Как только они вошли, Ричард воскликнул:
— Ох, добрые друзья пришли посмотреть, как Ричард совершит прыжок во мрак! Мои благородные союзники, приветствую вас, представителей нашего братства. Или Ричард будет опять среди вас в своем прежнем виде, или вы опустите в могилу его бренные останки. Де Во, останусь я жив или умру, прими благодарность твоего государя. Здесь есть еще кто-то, но я плохо вижу, лихорадка затуманила мне глаза… Храбрый шотландец, который хотел без лестницы взобраться на небо, приветствую также и его.,, Подойди ко мне, сэр хаким, и… к делу, к делу!
Лекарь, уже успевший узнать о различных симптомах болезни короля, долго и с большим вниманием щупал его пульс. Все кругом стояли молча, ожидая с затаенным дыханием. Мудрец наполнил чашку ключевой водой и погрузил в нее небольшой красный мешочек, который он вытащил из-за пазухи. Когда он решил, что вода достаточно насыщена, он хотел было предложить ее монарху, но последний воспротивился, сказав:
— Подожди минуту. Ты испробовал мой пульс. Позволь мне положить палец на твою руку. Я, как подобает настоящему рыцарю, тоже кое-что смыслю в твоем искусстве.
Не задумываясь, араб дал свою руку, и его длинные, тонкие темные пальцы на одно мгновение скрылись, как бы утонув в широкой ладони короля Ричарда.
— Пульс его бьется ровно, как у ребенка, — сказал король. — Не таков он у тех, кто собирается отравить государя. Де Во, останемся мы жить или умрем, отпусти этого хакима с честью и с миром. Передай, приятель, наш привет благородному Саладину. Если мне суждено умереть, я умру с верой в его честность, останусь жить — сумею отблагодарить его как подобает воину.

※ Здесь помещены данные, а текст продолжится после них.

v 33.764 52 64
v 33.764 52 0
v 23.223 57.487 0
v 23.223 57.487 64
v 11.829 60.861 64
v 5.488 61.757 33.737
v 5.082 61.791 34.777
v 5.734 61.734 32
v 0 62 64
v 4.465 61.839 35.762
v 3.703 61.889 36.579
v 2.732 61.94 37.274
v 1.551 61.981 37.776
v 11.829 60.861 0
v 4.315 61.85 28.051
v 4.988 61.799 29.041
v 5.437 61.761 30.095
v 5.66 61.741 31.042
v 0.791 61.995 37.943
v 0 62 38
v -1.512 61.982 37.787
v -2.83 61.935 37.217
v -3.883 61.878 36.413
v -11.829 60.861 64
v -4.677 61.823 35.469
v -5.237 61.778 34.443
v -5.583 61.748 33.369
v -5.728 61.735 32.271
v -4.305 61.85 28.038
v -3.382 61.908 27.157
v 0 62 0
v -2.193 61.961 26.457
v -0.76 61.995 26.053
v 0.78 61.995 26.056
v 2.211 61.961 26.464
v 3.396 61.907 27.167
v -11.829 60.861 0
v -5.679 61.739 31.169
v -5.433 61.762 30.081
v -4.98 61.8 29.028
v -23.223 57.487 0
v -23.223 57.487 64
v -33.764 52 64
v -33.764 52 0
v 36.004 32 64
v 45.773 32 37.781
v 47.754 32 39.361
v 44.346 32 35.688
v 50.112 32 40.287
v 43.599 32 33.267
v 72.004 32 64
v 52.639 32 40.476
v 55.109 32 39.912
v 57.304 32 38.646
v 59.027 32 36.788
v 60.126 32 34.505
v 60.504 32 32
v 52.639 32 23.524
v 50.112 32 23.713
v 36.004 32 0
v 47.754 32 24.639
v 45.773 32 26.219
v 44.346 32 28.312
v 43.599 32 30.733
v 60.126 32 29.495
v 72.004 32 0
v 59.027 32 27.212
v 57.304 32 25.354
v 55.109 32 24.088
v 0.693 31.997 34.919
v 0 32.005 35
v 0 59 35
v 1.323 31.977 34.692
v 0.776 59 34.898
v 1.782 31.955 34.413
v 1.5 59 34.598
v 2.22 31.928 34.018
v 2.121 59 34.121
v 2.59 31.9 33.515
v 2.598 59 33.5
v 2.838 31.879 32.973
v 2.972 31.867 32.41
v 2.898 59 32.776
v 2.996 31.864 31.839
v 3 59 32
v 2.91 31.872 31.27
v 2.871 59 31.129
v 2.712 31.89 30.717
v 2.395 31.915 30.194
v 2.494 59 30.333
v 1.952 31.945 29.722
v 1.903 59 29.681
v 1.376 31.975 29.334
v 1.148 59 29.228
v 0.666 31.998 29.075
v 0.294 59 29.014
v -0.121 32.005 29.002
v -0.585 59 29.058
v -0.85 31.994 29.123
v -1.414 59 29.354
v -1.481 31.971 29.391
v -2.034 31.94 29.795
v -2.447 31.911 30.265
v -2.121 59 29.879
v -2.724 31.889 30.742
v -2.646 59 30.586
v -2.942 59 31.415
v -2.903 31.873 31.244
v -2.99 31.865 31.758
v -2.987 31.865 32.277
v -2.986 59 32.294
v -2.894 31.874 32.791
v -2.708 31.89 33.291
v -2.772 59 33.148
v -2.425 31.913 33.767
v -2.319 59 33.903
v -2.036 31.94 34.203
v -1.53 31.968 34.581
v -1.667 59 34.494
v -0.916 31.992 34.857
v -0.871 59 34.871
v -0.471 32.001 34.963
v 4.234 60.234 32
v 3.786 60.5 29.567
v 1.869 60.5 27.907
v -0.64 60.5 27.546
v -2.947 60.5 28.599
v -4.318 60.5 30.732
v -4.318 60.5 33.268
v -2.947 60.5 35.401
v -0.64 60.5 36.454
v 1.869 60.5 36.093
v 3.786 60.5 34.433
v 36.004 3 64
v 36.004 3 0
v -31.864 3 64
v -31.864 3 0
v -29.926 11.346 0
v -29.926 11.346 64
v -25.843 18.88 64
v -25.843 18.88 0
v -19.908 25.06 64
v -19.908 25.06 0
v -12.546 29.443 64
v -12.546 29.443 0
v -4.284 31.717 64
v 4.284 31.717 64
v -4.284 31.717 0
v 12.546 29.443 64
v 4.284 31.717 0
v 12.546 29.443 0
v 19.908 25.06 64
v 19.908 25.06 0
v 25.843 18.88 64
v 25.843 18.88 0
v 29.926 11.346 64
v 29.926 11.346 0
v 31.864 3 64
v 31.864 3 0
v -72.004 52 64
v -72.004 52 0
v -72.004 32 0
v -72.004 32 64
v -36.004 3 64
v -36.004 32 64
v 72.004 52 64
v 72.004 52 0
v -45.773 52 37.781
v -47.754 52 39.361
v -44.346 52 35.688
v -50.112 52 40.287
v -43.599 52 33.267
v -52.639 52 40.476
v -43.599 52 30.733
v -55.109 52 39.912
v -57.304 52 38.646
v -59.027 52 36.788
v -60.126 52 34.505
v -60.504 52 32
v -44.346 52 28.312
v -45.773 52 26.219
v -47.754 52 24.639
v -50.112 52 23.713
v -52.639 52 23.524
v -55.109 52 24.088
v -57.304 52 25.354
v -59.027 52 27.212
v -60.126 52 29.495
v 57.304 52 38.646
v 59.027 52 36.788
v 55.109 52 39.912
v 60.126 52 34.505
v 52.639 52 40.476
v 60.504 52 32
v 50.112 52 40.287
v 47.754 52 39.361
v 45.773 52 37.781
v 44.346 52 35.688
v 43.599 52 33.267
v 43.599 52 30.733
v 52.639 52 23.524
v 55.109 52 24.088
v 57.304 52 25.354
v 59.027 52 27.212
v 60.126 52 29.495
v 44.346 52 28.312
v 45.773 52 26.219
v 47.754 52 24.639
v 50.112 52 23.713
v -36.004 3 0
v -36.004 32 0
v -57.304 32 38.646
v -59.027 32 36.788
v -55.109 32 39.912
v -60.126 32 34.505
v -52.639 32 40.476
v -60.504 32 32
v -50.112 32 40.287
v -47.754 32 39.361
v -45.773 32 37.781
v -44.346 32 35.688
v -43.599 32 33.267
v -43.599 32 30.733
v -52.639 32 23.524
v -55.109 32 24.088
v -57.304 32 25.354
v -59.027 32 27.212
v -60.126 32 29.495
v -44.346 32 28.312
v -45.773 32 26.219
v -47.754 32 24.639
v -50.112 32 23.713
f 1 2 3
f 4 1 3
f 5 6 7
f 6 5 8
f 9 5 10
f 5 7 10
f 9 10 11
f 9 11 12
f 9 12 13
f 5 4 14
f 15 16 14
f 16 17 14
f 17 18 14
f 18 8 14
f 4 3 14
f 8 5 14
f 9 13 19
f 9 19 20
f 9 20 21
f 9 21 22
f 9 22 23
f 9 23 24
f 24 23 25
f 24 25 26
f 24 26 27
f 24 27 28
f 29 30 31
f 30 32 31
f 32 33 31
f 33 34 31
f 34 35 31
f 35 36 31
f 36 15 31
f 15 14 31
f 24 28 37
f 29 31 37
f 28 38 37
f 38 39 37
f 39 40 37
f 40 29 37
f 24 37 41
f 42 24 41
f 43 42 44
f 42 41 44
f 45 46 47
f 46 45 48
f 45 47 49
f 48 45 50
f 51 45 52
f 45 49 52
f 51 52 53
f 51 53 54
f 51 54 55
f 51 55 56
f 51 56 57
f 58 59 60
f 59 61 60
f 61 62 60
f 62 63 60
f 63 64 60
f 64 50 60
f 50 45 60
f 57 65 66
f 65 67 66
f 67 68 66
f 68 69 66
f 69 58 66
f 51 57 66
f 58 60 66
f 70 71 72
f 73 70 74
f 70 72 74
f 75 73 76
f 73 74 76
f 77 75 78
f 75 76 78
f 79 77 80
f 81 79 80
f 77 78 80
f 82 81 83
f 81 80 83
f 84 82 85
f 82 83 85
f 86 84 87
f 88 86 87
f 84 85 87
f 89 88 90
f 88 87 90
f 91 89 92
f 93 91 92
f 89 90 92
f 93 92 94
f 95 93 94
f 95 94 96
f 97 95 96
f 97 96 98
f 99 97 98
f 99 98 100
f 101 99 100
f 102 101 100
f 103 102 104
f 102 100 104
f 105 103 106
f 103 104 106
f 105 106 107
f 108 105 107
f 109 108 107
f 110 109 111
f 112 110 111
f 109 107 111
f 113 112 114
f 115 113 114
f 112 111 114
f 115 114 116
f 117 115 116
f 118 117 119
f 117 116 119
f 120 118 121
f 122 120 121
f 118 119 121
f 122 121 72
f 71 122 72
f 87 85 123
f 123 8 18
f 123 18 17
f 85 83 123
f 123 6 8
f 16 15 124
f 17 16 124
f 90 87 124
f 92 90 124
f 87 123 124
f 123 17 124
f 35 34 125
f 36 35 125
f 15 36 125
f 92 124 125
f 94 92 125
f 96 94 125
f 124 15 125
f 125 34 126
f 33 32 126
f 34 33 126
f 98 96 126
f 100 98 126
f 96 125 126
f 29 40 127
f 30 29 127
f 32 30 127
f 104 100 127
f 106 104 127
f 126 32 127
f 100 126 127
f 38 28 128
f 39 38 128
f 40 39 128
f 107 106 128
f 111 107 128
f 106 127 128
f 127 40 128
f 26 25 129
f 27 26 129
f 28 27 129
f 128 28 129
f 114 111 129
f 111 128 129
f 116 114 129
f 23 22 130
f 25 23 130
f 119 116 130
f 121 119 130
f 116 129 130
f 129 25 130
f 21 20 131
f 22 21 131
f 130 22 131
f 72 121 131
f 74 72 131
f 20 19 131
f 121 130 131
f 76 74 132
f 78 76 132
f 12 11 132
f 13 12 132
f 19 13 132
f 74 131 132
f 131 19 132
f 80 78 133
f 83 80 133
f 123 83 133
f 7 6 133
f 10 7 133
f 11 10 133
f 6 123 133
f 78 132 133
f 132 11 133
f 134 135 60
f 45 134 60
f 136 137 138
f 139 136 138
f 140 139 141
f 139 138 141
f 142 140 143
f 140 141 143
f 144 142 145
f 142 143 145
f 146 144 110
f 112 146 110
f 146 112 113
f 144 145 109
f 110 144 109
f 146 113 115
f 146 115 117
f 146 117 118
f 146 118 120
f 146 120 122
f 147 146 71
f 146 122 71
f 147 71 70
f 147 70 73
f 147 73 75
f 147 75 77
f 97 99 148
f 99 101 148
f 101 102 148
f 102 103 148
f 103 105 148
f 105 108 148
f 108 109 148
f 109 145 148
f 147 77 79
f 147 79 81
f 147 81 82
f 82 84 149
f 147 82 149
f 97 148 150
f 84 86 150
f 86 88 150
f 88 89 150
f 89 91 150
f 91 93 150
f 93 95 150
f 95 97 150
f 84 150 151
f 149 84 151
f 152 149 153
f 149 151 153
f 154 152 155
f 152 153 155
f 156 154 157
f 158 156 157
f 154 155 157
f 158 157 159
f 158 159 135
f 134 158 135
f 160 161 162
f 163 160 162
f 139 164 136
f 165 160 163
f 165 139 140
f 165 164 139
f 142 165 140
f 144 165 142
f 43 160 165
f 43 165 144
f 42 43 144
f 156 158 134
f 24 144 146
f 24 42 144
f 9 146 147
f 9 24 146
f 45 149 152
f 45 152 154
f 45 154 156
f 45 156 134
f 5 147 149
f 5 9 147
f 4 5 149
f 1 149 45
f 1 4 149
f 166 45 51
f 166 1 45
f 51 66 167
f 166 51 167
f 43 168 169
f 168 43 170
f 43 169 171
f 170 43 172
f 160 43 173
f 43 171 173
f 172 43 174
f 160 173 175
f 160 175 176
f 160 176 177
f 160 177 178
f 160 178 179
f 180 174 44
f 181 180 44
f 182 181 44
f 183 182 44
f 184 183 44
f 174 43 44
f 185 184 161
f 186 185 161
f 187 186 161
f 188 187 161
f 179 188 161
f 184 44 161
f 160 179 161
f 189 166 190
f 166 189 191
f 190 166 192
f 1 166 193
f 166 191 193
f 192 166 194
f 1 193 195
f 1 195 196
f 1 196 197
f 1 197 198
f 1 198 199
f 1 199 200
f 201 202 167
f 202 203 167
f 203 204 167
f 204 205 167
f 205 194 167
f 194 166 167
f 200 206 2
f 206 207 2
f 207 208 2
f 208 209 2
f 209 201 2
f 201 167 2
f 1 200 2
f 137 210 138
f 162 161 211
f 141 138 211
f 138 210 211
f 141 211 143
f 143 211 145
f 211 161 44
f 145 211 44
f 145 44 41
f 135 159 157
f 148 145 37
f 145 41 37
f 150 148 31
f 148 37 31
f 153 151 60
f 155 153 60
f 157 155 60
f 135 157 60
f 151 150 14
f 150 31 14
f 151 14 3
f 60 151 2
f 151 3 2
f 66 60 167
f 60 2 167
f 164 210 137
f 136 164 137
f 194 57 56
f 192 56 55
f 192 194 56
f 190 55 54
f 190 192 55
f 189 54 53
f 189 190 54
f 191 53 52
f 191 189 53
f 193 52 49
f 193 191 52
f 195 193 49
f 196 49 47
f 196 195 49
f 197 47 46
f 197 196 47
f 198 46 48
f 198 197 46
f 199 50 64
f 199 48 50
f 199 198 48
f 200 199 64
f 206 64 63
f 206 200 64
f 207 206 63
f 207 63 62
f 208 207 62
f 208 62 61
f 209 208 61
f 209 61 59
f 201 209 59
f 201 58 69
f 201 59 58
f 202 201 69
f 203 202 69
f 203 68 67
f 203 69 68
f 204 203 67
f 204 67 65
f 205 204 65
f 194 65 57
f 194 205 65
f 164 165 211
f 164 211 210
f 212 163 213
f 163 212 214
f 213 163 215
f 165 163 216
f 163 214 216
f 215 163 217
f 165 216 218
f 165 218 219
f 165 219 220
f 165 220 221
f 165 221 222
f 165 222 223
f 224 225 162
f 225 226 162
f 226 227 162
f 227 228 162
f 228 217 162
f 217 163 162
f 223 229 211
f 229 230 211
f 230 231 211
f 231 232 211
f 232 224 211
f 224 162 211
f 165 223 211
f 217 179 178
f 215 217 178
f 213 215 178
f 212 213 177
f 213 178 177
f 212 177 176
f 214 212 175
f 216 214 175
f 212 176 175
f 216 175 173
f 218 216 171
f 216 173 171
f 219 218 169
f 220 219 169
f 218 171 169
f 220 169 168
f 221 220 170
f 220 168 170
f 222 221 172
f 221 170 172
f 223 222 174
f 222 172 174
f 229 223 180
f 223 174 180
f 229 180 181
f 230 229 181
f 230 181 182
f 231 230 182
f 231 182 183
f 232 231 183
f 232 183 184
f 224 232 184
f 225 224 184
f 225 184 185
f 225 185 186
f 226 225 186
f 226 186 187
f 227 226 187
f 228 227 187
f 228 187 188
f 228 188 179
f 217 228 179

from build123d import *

# Parameters (mm, degrees)
BOSS_EXTRUDE1_DEPTH = 64
SKETCH2_R           = 8.5
CUT_EXTRUDE1_DEPTH  = 109.081263889
SKETCH3_R           = 3
CUT_EXTRUDE2_DEPTH  = 113.967073095
SKETCH4_R           = 6
CUT_EXTRUDE3_DEPTH  = 3
CUT_EXTRUDE3_DRAFT  = -45


with BuildPart() as part:
    # Sketch1 → Boss-Extrude1 (new body)
    with BuildSketch(Plane.XY):
        with BuildLine():
            Line((-33.763886032, 52), (-72.003886032, 52))
            Line((-72.003886032, 52), (-72.003886032, 32))
            Line((-72.003886032, 32), (-36.003886032, 32))
            Line((-36.003886032, 32), (-36.003886032, 3))
            Line((-36.003886032, 3), (-31.863886032, 3))
            ThreePointArc((-31.863886032, 3), (0, 32.004800157), (31.863886032, 3))
            Line((31.863886032, 3), (36.003886032, 3))
            Line((36.003886032, 3), (36.003886032, 32))
            Line((36.003886032, 32), (72.003886032, 32))
            Line((72.003886032, 32), (72.003886032, 52))
            Line((72.003886032, 52), (33.763886032, 52))
            ThreePointArc((33.763886032, 52), (0, 62), (-33.763886032, 52))
        make_face()
    extrude(amount=BOSS_EXTRUDE1_DEPTH)

    # Sketch2 → Cut-Extrude1 (cut, through all)
    with BuildSketch(Plane(origin=(0, 52, 0), x_dir=(1, 0, 0), z_dir=(0, 1, 0))):
        with Locations(Location((-52.003886032, -32, 0), (0, 0, 180))):
            Circle(SKETCH2_R)
    cut_extrude1 = extrude(amount=-CUT_EXTRUDE1_DEPTH, mode=Mode.SUBTRACT)

    # Mirror1: Cut-Extrude1 across plane
    add(cut_extrude1.mirror(Plane(origin=(0, 0, 0), x_dir=(0, 0, 1), z_dir=(1, 0, 0))), mode=Mode.SUBTRACT)

    # Sketch3 → Cut-Extrude2 (cut, through all)
    with BuildSketch(Plane(origin=(0, 62, 0), x_dir=(1, 0, 0), z_dir=(0, 1, 0))):
        with Locations(Location((0, -32, 0), (0, 0, 270))):
            Circle(SKETCH3_R)
    extrude(amount=-CUT_EXTRUDE2_DEPTH, mode=Mode.SUBTRACT)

Затем он приподнялся, взял в руку чашу и, обернувшись к маркизу и гроссмейстеру, сказал:
— Запомните мои слова, и пусть царственные собратья выпьют кипрского вина за мое здоровье. Пью за бессмертную славу того крестоносца, который первым вонзит копье или меч в ворота Иерусалима, и да будет покрыт позором и вечным бесчестием тот, кто повернет вспять от начатого дела и бросит плуг, за который взялась его рука.
Он залпом осушил чашу до дна и передал ее арабу, откинувшись на подушки, как бы обессиленный. Затем лекарь выразительным жестом дал понять, чтобы все покинули шатер, за исключением де Во, которого никакие увещания не могли заставить отойти от больного, Шатер опустел.
Глава X
Теперь я тайную раскрою книгу
И к вашему, как видно, огорченью
Прочту о важном и опасном деле.
«Генрих IV», ч. IМаркиз Монсерратский и гроссмейстер ордена тамплиеров стояли перед королевским шатром, где произошла вышеописанная сцена, глядя на стражу со стрелами и алебардами, поставленную у шатра, чтобы никто не потревожил спящего монарха. Молча, опустив угрюмые лица и склоняя оружие, словно на похоронах, стражники ступали так осторожно, что не было слышно ни шума щитов, ни звона мечей, несмотря на то что вокруг шатра беспрерывно сновали вооруженные воины. Когда знатные посетители проходили мимо их рядов, воины с глубоким почтением склоняли перед ними свое оружие, ничем не нарушая тишину.
— Видно, приуныли эти собаки островитяне, — произнес гроссмейстер, обращаясь к Конраду, когда они миновали стражу Ричарда. — Какое шумное веселье царило раньше перед этим шатром! Только и слышен был лязг железа, удары мяча, борьба, хриплые песий, звон кубков и бутылей, как будто эти дюжие йомены справляли сельский храмовой праздник, собравшись вокруг майского дерева вместо королевского знамени.
— Мастифы — порода преданная, — сказал Конрад, — и их хозяин король снискал их любовь тем, что готов бороться, спорить, пировать со своими любимцами, как только на него найдет веселье.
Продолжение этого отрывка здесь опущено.